▶ **Data listing**
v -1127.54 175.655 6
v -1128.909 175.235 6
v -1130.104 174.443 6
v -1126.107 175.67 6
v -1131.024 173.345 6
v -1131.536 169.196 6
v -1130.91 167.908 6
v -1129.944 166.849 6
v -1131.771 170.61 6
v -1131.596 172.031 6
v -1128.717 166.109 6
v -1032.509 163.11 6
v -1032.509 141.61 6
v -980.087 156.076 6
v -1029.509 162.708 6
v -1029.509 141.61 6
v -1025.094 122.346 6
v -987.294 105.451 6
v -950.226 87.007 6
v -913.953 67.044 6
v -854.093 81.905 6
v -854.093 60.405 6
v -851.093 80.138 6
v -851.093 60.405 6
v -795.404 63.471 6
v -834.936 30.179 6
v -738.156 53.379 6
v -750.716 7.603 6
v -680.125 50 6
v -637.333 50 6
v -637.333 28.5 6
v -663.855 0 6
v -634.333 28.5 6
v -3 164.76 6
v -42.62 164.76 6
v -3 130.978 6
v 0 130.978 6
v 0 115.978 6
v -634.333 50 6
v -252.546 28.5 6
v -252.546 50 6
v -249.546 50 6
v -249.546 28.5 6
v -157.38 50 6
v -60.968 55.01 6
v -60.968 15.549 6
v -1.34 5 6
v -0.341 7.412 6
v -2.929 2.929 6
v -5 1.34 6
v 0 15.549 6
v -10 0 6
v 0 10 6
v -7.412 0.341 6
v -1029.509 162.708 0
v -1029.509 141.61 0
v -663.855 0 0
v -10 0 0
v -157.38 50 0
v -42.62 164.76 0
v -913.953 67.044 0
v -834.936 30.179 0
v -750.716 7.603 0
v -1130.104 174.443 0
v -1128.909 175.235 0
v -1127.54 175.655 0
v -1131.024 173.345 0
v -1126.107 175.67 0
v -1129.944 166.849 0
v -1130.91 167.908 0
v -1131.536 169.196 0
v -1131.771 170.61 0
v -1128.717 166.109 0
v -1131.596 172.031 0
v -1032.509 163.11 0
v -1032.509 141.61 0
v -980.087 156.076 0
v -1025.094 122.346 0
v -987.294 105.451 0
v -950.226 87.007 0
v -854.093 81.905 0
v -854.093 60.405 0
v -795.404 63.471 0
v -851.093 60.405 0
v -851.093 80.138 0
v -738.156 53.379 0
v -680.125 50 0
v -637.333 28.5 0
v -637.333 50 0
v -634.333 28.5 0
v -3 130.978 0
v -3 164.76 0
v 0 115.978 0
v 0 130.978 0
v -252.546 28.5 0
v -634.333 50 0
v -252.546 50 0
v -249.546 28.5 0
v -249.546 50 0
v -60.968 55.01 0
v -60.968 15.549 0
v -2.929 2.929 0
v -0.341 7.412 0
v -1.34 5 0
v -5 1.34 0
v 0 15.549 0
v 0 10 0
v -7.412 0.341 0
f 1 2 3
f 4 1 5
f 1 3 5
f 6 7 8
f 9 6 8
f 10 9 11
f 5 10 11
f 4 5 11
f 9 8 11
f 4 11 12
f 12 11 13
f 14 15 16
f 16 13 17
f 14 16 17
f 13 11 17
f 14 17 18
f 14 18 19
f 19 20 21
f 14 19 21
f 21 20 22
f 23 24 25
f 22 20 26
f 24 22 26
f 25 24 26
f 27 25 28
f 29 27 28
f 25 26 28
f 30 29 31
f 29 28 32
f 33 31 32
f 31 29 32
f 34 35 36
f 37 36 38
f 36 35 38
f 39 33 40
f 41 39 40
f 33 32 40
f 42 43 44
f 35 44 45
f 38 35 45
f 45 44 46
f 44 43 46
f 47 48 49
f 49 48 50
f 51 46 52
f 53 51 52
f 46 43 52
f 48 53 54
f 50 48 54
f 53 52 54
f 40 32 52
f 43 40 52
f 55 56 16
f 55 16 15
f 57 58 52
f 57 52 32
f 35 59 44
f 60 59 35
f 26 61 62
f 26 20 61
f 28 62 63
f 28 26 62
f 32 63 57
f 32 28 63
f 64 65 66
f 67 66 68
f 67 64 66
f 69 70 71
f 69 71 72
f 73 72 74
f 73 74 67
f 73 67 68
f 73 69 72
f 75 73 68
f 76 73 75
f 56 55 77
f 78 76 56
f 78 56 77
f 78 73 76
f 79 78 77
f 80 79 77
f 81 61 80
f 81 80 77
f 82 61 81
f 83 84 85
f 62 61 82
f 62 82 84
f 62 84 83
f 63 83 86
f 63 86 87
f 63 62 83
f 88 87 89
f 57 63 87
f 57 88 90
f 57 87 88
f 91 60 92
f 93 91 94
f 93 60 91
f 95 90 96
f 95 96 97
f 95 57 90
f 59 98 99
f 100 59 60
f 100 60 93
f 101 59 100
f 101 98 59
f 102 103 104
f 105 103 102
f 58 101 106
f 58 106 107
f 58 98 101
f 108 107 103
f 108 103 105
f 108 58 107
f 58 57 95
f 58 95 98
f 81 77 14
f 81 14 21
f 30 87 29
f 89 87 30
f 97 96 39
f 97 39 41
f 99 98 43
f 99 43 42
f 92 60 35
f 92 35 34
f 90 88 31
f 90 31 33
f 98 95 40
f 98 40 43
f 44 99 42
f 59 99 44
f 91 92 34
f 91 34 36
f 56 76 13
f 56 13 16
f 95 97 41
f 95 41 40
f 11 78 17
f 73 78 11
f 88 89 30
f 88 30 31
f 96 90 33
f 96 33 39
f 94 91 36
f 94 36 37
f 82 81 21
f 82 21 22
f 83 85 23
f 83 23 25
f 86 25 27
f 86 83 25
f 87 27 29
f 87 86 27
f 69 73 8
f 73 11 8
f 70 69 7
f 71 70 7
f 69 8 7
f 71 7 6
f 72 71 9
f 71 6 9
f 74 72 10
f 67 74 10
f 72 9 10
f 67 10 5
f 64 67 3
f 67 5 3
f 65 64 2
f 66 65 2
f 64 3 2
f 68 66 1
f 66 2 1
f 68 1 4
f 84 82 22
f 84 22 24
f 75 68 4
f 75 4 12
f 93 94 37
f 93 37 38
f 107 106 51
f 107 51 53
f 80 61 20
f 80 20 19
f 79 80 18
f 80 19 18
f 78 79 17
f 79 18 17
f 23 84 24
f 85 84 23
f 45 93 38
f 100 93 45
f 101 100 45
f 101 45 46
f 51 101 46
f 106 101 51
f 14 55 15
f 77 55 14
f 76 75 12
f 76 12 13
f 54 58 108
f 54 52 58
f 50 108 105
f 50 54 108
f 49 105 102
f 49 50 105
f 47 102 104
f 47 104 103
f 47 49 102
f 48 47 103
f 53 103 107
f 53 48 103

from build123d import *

# Parameters (mm, degrees)
BOSS_EXTRU_1_DEPTH = 6
CONG_1_R           = 1000
CONG_2_R           = 500
CONG_4_R           = 10
CONG_5_R           = 5
CONG_6_R           = 500


with BuildPart() as part:
    # Esquisse2 → Boss.-Extru.1 (new body)
    with BuildSketch(Plane.XY):
        Polygon((0, 0), (-800, 0), (-963.993473565, 96.541430402), (-1163.117471936, 180.636697165), (-1032.508966499, 163.110428865), (-1032.508966499, 141.610428865), (-1029.508966499, 141.610428865), (-1029.508966499, 162.707860864), (-980.08668451, 156.075917781), (-854.092873153, 81.904534581), (-854.092873153, 60.404534581), (-851.092873153, 60.404534581), (-851.092873153, 80.138462524), (-799.897120857, 50), (-637.333486788, 50), (-637.333486788, 28.5), (-634.333486788, 28.5), (-634.333486788, 50), (-252.546237876, 50), (-252.546237876, 28.5), (-249.546237876, 28.5), (-249.546237876, 50), (-157.380204695, 50), (-42.620023216, 164.760181479), (-3, 164.760181479), (-3, 130.978409526), (0, 130.978409526), (0, 115.978409526), (-60.96795982, 55.010449706), (-60.96795982, 15.54862942), (0, 15.54862942), align=None)
    extrude(amount=BOSS_EXTRU_1_DEPTH)

    # Congé1
    cong_1_edges = [part.edges().sort_by_distance(p)[0] for p in [
        (-963.993473565, 96.541430402, 3),
    ]]
    fillet(cong_1_edges, radius=CONG_1_R)

    # Congé2
    cong_2_edges = [part.edges().sort_by_distance(p)[0] for p in [
        (-800, 0, 3),
    ]]
    fillet(cong_2_edges, radius=CONG_2_R)

    # Congé4
    cong_4_edges = [part.edges().sort_by_distance(p)[0] for p in [
        (0, 0, 3),
    ]]
    fillet(cong_4_edges, radius=CONG_4_R)

    # Congé5
    cong_5_edges = [part.edges().sort_by_distance(p)[0] for p in [
        (-1163.117471936, 180.636697165, 3),
    ]]
    fillet(cong_5_edges, radius=CONG_5_R)

    # Congé6
    # the kernel refuses this fillet: 500 mm, written as the material it adds along each edge
    with BuildSketch(Plane(origin=(-799.897120857, 50, 0), x_dir=(-0.8617626627439038, 0.5073116528333809, 0), z_dir=(0, 0, 1))) as cong_6_piece_1_section:
        with BuildLine():
            CenterArc((150.440377281, -491.643304898), CONG_6_R, 100.490027974, 19.994897644)
            Line((-103.215449136, -60.761973526), (-108.288565664, -52.144346898))
            Line((-108.288565664, -52.144346898), (-5.073116528, 8.617626627))
            Line((-5.073116528, 8.617626627), (0, 10))
            ThreePointArc((0, 10), (29.704090529, 10), (57.587537133, 9.832866098))
            Line((57.587537133, 9.832866098), (59.408181057, 0))
        make_face()
    cong_6_piece_1 = extrude(amount=6, mode=Mode.PRIVATE)
    cong_6_piece_1 = split(cong_6_piece_1, bisect_by=Plane(origin=(-851.092873153, 52.596718386, 3), z_dir=(1, 0, 0)), keep=Keep.TOP, mode=Mode.PRIVATE)
    add(cong_6_piece_1)


solid = part.part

▶ **Work task**
Return exactly the opening lines of the listing above, ending with the line that has "v -1029.509 162.708 0".

▶ **Answer to this task**
v -1127.54 175.655 6
v -1128.909 175.235 6
v -1130.104 174.443 6
v -1126.107 175.67 6
v -1131.024 173.345 6
v -1131.536 169.196 6
v -1130.91 167.908 6
v -1129.944 166.849 6
v -1131.771 170.61 6
v -1131.596 172.031 6
v -1128.717 166.109 6
v -1032.509 163.11 6
v -1032.509 141.61 6
v -980.087 156.076 6
v -1029.509 162.708 6
v -1029.509 141.61 6
v -1025.094 122.346 6
v -987.294 105.451 6
v -950.226 87.007 6
v -913.953 67.044 6
v -854.093 81.905 6
v -854.093 60.405 6
v -851.093 80.138 6
v -851.093 60.405 6
v -795.404 63.471 6
v -834.936 30.179 6
v -738.156 53.379 6
v -750.716 7.603 6
v -680.125 50 6
v -637.333 50 6
v -637.333 28.5 6
v -663.855 0 6
v -634.333 28.5 6
v -3 164.76 6
v -42.62 164.76 6
v -3 130.978 6
v 0 130.978 6
v 0 115.978 6
v -634.333 50 6
v -252.546 28.5 6
v -252.546 50 6
v -249.546 50 6
v -249.546 28.5 6
v -157.38 50 6
v -60.968 55.01 6
v -60.968 15.549 6
v -1.34 5 6
v -0.341 7.412 6
v -2.929 2.929 6
v -5 1.34 6
v 0 15.549 6
v -10 0 6
v 0 10 6
v -7.412 0.341 6
v -1029.509 162.708 0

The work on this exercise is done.